Each record, exactly as written, should be printed again.

--- Records shown Enclosed Below ---

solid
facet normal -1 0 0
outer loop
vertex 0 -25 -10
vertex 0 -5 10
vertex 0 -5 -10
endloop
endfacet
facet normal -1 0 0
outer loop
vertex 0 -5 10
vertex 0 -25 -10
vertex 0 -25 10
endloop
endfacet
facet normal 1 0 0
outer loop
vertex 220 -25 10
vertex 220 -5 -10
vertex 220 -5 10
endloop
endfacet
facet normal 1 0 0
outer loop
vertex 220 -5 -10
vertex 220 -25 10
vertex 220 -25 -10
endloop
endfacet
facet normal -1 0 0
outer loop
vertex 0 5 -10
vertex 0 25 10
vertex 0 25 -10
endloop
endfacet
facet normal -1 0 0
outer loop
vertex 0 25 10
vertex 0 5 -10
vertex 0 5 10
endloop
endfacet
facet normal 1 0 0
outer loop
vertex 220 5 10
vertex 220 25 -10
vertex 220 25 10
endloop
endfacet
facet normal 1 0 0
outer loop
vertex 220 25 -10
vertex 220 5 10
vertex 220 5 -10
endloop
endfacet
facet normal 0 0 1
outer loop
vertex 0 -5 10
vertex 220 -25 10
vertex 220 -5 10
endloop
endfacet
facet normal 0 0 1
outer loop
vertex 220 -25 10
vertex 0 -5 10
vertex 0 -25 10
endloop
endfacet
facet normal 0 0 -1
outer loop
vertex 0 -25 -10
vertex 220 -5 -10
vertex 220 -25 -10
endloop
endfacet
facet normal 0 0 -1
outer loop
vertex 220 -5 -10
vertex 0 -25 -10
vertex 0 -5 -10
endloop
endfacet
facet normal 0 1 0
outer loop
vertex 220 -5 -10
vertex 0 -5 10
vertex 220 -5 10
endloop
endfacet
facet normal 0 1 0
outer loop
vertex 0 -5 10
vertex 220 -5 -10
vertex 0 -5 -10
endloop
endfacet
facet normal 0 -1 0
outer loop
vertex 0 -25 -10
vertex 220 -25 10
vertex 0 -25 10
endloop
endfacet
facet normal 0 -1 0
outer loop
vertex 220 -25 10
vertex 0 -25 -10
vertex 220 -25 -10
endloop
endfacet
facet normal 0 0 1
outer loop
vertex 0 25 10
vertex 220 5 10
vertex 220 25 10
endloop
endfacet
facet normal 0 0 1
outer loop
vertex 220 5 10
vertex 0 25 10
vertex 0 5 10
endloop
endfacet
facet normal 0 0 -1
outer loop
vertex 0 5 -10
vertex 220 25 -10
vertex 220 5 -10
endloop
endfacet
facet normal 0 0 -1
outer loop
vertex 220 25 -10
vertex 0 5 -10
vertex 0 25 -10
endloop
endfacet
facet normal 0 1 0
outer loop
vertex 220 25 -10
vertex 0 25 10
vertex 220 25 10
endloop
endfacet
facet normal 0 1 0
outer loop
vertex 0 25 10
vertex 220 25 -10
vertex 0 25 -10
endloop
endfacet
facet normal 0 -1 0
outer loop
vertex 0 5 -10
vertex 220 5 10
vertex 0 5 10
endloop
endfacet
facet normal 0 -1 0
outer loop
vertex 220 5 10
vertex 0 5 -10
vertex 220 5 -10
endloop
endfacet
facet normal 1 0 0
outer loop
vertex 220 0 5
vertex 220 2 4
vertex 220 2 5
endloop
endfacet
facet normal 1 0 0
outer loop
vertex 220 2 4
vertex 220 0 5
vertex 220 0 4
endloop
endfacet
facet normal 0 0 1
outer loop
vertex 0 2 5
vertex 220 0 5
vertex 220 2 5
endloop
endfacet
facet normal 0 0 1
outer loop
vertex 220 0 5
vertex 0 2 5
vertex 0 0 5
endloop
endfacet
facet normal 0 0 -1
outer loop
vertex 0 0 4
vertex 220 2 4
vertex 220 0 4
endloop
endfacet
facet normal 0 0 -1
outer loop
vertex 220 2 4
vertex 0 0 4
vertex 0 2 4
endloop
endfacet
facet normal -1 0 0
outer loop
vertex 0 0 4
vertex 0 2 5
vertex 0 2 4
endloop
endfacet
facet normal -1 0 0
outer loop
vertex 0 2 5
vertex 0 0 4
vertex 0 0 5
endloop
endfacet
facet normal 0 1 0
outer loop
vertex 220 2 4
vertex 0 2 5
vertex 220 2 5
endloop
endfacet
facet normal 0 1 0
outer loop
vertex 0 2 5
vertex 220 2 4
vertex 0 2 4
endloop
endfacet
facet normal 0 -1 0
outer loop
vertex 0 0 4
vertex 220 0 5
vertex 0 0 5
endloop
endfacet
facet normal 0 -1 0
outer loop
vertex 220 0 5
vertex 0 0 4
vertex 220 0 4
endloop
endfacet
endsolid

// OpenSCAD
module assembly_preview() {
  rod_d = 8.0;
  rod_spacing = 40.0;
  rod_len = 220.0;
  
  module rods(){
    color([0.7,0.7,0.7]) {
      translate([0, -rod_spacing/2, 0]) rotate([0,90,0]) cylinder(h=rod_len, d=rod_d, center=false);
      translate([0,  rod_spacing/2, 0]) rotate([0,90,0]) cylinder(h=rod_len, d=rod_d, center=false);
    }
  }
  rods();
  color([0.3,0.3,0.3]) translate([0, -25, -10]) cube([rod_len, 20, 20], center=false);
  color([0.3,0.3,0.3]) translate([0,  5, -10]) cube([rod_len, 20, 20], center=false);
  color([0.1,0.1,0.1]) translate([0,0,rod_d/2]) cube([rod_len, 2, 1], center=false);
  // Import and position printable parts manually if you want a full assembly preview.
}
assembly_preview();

--- End of Enclosed Records shown ---

▶ _Solution to the problem_
solid
facet normal -1 0 0
outer loop
vertex 0 -25 -10
vertex 0 -5 10
vertex 0 -5 -10
endloop
endfacet
facet normal -1 0 0
outer loop
vertex 0 -5 10
vertex 0 -25 -10
vertex 0 -25 10
endloop
endfacet
facet normal 1 0 0
outer loop
vertex 220 -25 10
vertex 220 -5 -10
vertex 220 -5 10
endloop
endfacet
facet normal 1 0 0
outer loop
vertex 220 -5 -10
vertex 220 -25 10
vertex 220 -25 -10
endloop
endfacet
facet normal -1 0 0
outer loop
vertex 0 5 -10
vertex 0 25 10
vertex 0 25 -10
endloop
endfacet
facet normal -1 0 0
outer loop
vertex 0 25 10
vertex 0 5 -10
vertex 0 5 10
endloop
endfacet
facet normal 1 0 0
outer loop
vertex 220 5 10
vertex 220 25 -10
vertex 220 25 10
endloop
endfacet
facet normal 1 0 0
outer loop
vertex 220 25 -10
vertex 220 5 10
vertex 220 5 -10
endloop
endfacet
facet normal 0 0 1
outer loop
vertex 0 -5 10
vertex 220 -25 10
vertex 220 -5 10
endloop
endfacet
facet normal 0 0 1
outer loop
vertex 220 -25 10
vertex 0 -5 10
vertex 0 -25 10
endloop
endfacet
facet normal 0 0 -1
outer loop
vertex 0 -25 -10
vertex 220 -5 -10
vertex 220 -25 -10
endloop
endfacet
facet normal 0 0 -1
outer loop
vertex 220 -5 -10
vertex 0 -25 -10
vertex 0 -5 -10
endloop
endfacet
facet normal 0 1 0
outer loop
vertex 220 -5 -10
vertex 0 -5 10
vertex 220 -5 10
endloop
endfacet
facet normal 0 1 0
outer loop
vertex 0 -5 10
vertex 220 -5 -10
vertex 0 -5 -10
endloop
endfacet
facet normal 0 -1 0
outer loop
vertex 0 -25 -10
vertex 220 -25 10
vertex 0 -25 10
endloop
endfacet
facet normal 0 -1 0
outer loop
vertex 220 -25 10
vertex 0 -25 -10
vertex 220 -25 -10
endloop
endfacet
facet normal 0 0 1
outer loop
vertex 0 25 10
vertex 220 5 10
vertex 220 25 10
endloop
endfacet
facet normal 0 0 1
outer loop
vertex 220 5 10
vertex 0 25 10
vertex 0 5 10
endloop
endfacet
facet normal 0 0 -1
outer loop
vertex 0 5 -10
vertex 220 25 -10
vertex 220 5 -10
endloop
endfacet
facet normal 0 0 -1
outer loop
vertex 220 25 -10
vertex 0 5 -10
vertex 0 25 -10
endloop
endfacet
facet normal 0 1 0
outer loop
vertex 220 25 -10
vertex 0 25 10
vertex 220 25 10
endloop
endfacet
facet normal 0 1 0
outer loop
vertex 0 25 10
vertex 220 25 -10
vertex 0 25 -10
endloop
endfacet
facet normal 0 -1 0
outer loop
vertex 0 5 -10
vertex 220 5 10
vertex 0 5 10
endloop
endfacet
facet normal 0 -1 0
outer loop
vertex 220 5 10
vertex 0 5 -10
vertex 220 5 -10
endloop
endfacet
facet normal 1 0 0
outer loop
vertex 220 0 5
vertex 220 2 4
vertex 220 2 5
endloop
endfacet
facet normal 1 0 0
outer loop
vertex 220 2 4
vertex 220 0 5
vertex 220 0 4
endloop
endfacet
facet normal 0 0 1
outer loop
vertex 0 2 5
vertex 220 0 5
vertex 220 2 5
endloop
endfacet
facet normal 0 0 1
outer loop
vertex 220 0 5
vertex 0 2 5
vertex 0 0 5
endloop
endfacet
facet normal 0 0 -1
outer loop
vertex 0 0 4
vertex 220 2 4
vertex 220 0 4
endloop
endfacet
facet normal 0 0 -1
outer loop
vertex 220 2 4
vertex 0 0 4
vertex 0 2 4
endloop
endfacet
facet normal -1 0 0
outer loop
vertex 0 0 4
vertex 0 2 5
vertex 0 2 4
endloop
endfacet
facet normal -1 0 0
outer loop
vertex 0 2 5
vertex 0 0 4
vertex 0 0 5
endloop
endfacet
facet normal 0 1 0
outer loop
vertex 220 2 4
vertex 0 2 5
vertex 220 2 5
endloop
endfacet
facet normal 0 1 0
outer loop
vertex 0 2 5
vertex 220 2 4
vertex 0 2 4
endloop
endfacet
facet normal 0 -1 0
outer loop
vertex 0 0 4
vertex 220 0 5
vertex 0 0 5
endloop
endfacet
facet normal 0 -1 0
outer loop
vertex 220 0 5
vertex 0 0 4
vertex 220 0 4
endloop
endfacet
endsolid

// OpenSCAD
module assembly_preview() {
  rod_d = 8.0;
  rod_spacing = 40.0;
  rod_len = 220.0;
  
  module rods(){
    color([0.7,0.7,0.7]) {
      translate([0, -rod_spacing/2, 0]) rotate([0,90,0]) cylinder(h=rod_len, d=rod_d, center=false);
      translate([0,  rod_spacing/2, 0]) rotate([0,90,0]) cylinder(h=rod_len, d=rod_d, center=false);
    }
  }
  rods();
  color([0.3,0.3,0.3]) translate([0, -25, -10]) cube([rod_len, 20, 20], center=false);
  color([0.3,0.3,0.3]) translate([0,  5, -10]) cube([rod_len, 20, 20], center=false);
  color([0.1,0.1,0.1]) translate([0,0,rod_d/2]) cube([rod_len, 2, 1], center=false);
  // Import and position printable parts manually if you want a full assembly preview.
}
assembly_preview();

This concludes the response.